**What is being asked**
Once the line with "v 3.543 0 -4.637" is found in the entries below, print it and each following line exactly, stopping after the line with "v -9.144 2.54 -7.62"; print nothing else.

━━━━━ Input for this task

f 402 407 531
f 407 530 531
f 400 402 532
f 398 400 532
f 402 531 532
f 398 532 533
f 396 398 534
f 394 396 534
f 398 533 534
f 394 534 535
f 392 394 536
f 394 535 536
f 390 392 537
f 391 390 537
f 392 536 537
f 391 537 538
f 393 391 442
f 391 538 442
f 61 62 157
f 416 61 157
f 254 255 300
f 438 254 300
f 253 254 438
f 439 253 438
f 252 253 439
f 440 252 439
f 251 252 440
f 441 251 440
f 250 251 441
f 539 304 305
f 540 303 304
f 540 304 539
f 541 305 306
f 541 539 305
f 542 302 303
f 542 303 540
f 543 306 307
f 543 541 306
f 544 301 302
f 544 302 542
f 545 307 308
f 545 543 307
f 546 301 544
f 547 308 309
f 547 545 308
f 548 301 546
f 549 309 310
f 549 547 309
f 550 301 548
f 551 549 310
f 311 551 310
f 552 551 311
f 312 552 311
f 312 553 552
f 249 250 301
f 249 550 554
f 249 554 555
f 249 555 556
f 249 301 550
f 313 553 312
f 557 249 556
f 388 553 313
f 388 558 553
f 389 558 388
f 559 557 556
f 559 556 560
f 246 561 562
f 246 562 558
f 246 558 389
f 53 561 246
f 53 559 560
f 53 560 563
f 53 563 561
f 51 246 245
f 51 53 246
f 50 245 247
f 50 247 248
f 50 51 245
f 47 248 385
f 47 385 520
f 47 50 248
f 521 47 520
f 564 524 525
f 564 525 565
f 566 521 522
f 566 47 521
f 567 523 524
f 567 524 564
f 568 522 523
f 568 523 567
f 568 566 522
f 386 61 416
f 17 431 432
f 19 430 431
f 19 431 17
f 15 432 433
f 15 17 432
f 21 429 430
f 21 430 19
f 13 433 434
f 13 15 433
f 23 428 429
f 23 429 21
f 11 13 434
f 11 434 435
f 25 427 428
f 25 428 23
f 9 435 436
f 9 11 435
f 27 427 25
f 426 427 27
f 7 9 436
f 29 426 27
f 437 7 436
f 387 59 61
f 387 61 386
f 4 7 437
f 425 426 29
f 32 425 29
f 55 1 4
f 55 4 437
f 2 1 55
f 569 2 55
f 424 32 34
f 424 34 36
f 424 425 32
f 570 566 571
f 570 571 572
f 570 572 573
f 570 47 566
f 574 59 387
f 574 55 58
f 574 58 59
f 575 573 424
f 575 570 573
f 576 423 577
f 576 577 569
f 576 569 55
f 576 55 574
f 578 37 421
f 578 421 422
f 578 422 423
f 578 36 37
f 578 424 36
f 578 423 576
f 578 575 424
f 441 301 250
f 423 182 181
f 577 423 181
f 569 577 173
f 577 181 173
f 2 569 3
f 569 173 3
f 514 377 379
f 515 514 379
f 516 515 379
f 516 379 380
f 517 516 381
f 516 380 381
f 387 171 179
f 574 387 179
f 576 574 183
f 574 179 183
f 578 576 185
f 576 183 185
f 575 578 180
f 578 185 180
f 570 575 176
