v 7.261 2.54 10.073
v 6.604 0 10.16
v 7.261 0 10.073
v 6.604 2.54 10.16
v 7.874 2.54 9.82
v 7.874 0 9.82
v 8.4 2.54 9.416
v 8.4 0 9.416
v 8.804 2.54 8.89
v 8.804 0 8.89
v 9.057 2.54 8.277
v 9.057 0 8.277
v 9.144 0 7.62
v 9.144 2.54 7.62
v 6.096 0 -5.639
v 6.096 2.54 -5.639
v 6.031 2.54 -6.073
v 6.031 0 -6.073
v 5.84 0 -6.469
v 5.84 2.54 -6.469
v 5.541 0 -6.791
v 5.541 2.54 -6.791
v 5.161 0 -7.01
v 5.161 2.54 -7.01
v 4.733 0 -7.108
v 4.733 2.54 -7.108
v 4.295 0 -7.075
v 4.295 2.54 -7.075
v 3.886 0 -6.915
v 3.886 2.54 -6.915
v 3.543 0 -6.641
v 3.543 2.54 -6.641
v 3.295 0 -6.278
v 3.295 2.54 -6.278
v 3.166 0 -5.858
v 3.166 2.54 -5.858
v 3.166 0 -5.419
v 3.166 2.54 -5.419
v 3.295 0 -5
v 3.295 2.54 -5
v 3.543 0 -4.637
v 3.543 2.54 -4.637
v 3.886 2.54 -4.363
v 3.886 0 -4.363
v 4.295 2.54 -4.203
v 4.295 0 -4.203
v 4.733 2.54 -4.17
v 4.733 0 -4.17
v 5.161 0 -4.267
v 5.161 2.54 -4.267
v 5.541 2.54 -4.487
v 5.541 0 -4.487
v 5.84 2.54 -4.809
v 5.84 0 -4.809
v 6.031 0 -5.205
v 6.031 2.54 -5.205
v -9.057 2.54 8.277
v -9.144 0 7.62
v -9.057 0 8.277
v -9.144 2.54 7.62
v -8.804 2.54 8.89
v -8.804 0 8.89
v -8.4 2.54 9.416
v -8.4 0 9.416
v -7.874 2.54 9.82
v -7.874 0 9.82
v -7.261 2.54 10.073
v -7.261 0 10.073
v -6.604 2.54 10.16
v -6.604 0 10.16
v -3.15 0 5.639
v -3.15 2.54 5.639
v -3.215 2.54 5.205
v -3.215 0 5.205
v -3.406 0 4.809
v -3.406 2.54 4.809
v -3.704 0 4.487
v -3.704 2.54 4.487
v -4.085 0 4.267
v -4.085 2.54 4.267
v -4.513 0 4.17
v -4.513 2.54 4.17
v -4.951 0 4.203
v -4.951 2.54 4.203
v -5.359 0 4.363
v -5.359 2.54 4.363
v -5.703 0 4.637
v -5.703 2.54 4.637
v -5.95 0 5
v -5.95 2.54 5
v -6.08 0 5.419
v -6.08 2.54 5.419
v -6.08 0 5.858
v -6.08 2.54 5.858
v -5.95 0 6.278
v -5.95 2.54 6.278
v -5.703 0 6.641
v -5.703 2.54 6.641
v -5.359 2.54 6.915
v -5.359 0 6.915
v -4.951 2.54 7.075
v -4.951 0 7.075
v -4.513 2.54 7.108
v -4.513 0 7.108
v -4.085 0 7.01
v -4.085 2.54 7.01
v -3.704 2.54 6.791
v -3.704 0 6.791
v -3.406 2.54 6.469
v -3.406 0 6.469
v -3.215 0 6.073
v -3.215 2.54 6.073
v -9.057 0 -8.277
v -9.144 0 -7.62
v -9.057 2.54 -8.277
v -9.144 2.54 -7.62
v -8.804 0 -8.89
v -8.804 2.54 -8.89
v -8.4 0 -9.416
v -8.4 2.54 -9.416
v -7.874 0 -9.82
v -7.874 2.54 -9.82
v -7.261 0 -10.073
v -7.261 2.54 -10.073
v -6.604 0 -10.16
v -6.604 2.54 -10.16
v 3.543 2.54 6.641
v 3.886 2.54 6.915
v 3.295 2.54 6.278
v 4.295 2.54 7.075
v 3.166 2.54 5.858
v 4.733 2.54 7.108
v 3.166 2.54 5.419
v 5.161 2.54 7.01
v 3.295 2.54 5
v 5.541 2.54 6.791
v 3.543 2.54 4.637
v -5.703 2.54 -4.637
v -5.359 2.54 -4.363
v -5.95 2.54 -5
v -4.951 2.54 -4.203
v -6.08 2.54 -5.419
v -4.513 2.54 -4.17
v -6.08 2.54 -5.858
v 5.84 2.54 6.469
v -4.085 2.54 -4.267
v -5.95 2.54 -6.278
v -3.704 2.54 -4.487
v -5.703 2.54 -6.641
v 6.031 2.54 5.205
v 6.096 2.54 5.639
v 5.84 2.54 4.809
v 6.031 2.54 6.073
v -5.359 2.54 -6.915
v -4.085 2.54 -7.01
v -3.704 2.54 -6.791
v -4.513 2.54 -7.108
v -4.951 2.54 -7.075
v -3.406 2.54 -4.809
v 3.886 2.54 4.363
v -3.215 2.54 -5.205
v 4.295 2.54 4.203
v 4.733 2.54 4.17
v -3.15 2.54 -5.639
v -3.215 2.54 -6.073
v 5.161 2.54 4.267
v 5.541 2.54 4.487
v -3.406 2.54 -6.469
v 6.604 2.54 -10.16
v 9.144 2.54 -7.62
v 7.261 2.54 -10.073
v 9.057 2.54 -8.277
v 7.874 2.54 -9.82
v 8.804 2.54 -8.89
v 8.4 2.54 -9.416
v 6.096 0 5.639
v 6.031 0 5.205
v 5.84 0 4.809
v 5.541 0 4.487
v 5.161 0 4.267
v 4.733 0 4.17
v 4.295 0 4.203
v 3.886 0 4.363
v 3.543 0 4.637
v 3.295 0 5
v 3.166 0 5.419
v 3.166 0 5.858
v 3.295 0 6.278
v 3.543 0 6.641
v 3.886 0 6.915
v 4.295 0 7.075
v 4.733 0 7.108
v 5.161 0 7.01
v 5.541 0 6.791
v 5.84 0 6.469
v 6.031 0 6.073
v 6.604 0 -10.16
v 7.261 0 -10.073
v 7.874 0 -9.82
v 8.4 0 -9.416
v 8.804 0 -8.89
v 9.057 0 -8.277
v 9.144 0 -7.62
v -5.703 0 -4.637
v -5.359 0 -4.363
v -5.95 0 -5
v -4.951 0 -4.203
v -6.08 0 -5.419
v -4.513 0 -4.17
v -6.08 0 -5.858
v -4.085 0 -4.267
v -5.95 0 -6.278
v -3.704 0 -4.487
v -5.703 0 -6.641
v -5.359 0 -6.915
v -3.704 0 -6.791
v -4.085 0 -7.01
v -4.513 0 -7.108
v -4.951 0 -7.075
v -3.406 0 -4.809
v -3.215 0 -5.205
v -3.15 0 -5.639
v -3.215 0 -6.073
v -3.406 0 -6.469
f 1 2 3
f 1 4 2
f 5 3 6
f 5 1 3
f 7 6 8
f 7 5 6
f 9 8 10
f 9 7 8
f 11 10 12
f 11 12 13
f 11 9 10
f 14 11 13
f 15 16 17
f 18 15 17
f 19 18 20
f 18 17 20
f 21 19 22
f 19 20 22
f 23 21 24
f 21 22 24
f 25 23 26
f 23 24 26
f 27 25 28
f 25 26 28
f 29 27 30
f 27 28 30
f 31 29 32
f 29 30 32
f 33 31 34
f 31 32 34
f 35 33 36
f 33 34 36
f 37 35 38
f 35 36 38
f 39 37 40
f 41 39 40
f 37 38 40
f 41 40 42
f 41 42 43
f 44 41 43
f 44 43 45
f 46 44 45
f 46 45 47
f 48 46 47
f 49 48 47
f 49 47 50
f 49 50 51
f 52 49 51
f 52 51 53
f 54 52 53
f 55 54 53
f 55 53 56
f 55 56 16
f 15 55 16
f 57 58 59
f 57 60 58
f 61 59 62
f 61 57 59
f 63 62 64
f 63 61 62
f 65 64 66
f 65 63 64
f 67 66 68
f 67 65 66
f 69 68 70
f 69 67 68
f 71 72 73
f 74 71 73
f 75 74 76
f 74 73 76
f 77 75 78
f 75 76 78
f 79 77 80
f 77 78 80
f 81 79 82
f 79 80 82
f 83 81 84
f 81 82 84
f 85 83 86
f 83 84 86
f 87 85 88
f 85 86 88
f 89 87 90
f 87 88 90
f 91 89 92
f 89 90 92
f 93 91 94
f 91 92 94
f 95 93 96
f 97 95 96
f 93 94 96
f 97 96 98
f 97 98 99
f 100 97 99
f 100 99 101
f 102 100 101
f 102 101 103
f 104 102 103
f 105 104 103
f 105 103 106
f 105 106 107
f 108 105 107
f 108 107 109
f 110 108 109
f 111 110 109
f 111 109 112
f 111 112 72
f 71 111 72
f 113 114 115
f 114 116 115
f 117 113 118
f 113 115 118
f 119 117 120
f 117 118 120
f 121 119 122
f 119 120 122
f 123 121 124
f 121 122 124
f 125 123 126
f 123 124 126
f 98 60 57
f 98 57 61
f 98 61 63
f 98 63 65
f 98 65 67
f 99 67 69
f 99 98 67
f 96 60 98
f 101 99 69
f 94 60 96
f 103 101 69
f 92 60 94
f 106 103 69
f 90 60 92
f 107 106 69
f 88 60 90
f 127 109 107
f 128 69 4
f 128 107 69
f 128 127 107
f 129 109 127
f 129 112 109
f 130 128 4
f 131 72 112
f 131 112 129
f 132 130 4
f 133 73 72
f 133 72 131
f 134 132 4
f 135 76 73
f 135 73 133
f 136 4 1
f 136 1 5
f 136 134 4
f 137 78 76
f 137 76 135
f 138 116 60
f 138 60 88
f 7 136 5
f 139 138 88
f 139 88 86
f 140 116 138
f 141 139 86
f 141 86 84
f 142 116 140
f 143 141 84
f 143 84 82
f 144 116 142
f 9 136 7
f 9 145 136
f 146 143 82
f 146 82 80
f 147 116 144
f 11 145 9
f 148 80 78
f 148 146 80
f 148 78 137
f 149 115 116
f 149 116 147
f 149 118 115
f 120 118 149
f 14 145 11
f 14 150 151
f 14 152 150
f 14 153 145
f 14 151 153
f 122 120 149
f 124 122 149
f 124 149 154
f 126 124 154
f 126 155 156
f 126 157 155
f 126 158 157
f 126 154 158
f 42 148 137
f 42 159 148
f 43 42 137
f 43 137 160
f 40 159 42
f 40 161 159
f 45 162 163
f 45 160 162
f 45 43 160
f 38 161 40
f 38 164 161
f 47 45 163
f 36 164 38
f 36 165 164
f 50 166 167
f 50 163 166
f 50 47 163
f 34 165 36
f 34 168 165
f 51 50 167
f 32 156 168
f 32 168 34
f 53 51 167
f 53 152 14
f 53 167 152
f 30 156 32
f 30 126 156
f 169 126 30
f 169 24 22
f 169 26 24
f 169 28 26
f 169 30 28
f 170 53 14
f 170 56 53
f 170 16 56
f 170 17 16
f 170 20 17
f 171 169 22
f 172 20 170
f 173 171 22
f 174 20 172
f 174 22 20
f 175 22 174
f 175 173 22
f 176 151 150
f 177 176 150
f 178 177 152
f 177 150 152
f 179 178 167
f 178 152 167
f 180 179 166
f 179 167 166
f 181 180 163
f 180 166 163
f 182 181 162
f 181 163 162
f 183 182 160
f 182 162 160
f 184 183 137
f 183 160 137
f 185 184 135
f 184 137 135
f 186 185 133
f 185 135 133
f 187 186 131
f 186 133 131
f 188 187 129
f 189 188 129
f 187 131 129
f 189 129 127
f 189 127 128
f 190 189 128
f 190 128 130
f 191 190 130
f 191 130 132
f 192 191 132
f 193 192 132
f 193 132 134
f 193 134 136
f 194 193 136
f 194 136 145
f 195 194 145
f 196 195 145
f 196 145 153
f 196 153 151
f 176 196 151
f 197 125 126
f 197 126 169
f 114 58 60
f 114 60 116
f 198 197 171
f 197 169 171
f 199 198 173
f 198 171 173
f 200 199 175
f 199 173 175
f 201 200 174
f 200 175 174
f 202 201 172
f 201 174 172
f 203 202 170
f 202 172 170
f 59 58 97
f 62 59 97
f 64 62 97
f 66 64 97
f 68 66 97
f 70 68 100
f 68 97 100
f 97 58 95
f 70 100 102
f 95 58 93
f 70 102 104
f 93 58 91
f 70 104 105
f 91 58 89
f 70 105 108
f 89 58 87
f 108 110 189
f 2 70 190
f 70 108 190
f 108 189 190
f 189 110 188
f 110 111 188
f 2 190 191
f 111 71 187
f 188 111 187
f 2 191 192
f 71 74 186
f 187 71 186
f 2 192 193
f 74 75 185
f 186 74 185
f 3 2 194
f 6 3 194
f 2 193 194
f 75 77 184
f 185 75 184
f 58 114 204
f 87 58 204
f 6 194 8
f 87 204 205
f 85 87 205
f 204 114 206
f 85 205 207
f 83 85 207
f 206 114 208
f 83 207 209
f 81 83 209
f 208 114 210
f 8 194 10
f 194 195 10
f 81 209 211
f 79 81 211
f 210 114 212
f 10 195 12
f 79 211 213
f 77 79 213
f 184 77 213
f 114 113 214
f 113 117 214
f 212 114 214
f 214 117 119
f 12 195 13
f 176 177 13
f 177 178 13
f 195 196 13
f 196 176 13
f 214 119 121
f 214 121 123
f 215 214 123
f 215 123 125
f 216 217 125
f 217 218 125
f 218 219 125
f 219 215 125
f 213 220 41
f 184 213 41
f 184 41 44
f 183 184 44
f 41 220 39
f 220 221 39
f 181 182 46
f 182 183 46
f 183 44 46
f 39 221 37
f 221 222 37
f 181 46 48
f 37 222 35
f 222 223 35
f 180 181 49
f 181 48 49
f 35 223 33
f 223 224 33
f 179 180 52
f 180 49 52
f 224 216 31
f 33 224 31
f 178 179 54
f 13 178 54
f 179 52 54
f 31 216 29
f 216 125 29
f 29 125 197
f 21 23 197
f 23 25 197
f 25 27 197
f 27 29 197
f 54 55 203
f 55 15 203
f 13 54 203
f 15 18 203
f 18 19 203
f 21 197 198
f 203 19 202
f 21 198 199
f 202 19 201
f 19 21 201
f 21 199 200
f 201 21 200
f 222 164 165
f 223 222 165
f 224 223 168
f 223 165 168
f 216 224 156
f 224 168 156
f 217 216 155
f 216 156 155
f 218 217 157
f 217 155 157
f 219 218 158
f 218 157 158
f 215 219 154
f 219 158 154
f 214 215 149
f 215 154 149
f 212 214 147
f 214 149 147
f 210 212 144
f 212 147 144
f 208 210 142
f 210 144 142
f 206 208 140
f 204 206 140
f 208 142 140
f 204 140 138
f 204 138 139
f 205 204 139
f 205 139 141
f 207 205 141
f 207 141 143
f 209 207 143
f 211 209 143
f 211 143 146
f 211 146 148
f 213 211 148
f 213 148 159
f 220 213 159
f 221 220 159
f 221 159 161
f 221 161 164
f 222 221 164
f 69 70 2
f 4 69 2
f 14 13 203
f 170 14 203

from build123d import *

# Parameters (mm, degrees)
SKETCH1_W           = 18.288
SKETCH1_H           = 20.32
BOSS_EXTRUDE1_DEPTH = 2.54
SKETCH2_R           = 1.4732
CUT_EXTRUDE1_DEPTH  = 3.54
FILLET1_R           = 2.54


with BuildPart() as part:
    # Sketch1 → Boss-Extrude1 (new body)
    with BuildSketch(Plane(origin=(0, 0, 0), x_dir=(1, 0, 0), z_dir=(0, 1, 0))):
        Rectangle(SKETCH1_W, SKETCH1_H)
    extrude(amount=BOSS_EXTRUDE1_DEPTH)

    # Sketch2 → Cut-Extrude1 (cut, through all)
    with BuildSketch(Plane(origin=(0, 2.54, 0), x_dir=(1, 0, 0), z_dir=(0, 1, 0))):
        with Locations((-4.6228, 5.6388)):
            Circle(SKETCH2_R)
        with Locations((-4.6228, -5.6388)):
            Circle(SKETCH2_R)
        with Locations((4.6228, -5.6388)):
            Circle(SKETCH2_R)
        with Locations((4.6228, 5.6388)):
            Circle(SKETCH2_R)
    extrude(amount=-CUT_EXTRUDE1_DEPTH, mode=Mode.SUBTRACT)

    # Fillet1
    fillet1_edges = [part.edges().sort_by_distance(p)[0] for p in [
        (9.144, 1.27, 10.16),
        (-9.144, 1.27, 10.16),
        (-9.144, 1.27, -10.16),
        (9.144, 1.27, -10.16),
    ]]
    fillet(fillet1_edges, radius=FILLET1_R)


solid = part.part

━━━━━━━━━━

**Answer section**
v 3.543 0 -4.637
v 3.543 2.54 -4.637
v 3.886 2.54 -4.363
v 3.886 0 -4.363
v 4.295 2.54 -4.203
v 4.295 0 -4.203
v 4.733 2.54 -4.17
v 4.733 0 -4.17
v 5.161 0 -4.267
v 5.161 2.54 -4.267
v 5.541 2.54 -4.487
v 5.541 0 -4.487
v 5.84 2.54 -4.809
v 5.84 0 -4.809
v 6.031 0 -5.205
v 6.031 2.54 -5.205
v -9.057 2.54 8.277
v -9.144 0 7.62
v -9.057 0 8.277
v -9.144 2.54 7.62
v -8.804 2.54 8.89
v -8.804 0 8.89
v -8.4 2.54 9.416
v -8.4 0 9.416
v -7.874 2.54 9.82
v -7.874 0 9.82
v -7.261 2.54 10.073
v -7.261 0 10.073
v -6.604 2.54 10.16
v -6.604 0 10.16
v -3.15 0 5.639
v -3.15 2.54 5.639
v -3.215 2.54 5.205
v -3.215 0 5.205
v -3.406 0 4.809
v -3.406 2.54 4.809
v -3.704 0 4.487
v -3.704 2.54 4.487
v -4.085 0 4.267
v -4.085 2.54 4.267
v -4.513 0 4.17
v -4.513 2.54 4.17
v -4.951 0 4.203
v -4.951 2.54 4.203
v -5.359 0 4.363
v -5.359 2.54 4.363
v -5.703 0 4.637
v -5.703 2.54 4.637
v -5.95 0 5
v -5.95 2.54 5
v -6.08 0 5.419
v -6.08 2.54 5.419
v -6.08 0 5.858
v -6.08 2.54 5.858
v -5.95 0 6.278
v -5.95 2.54 6.278
v -5.703 0 6.641
v -5.703 2.54 6.641
v -5.359 2.54 6.915
v -5.359 0 6.915
v -4.951 2.54 7.075
v -4.951 0 7.075
v -4.513 2.54 7.108
v -4.513 0 7.108
v -4.085 0 7.01
v -4.085 2.54 7.01
v -3.704 2.54 6.791
v -3.704 0 6.791
v -3.406 2.54 6.469
v -3.406 0 6.469
v -3.215 0 6.073
v -3.215 2.54 6.073
v -9.057 0 -8.277
v -9.144 0 -7.62
v -9.057 2.54 -8.277
v -9.144 2.54 -7.62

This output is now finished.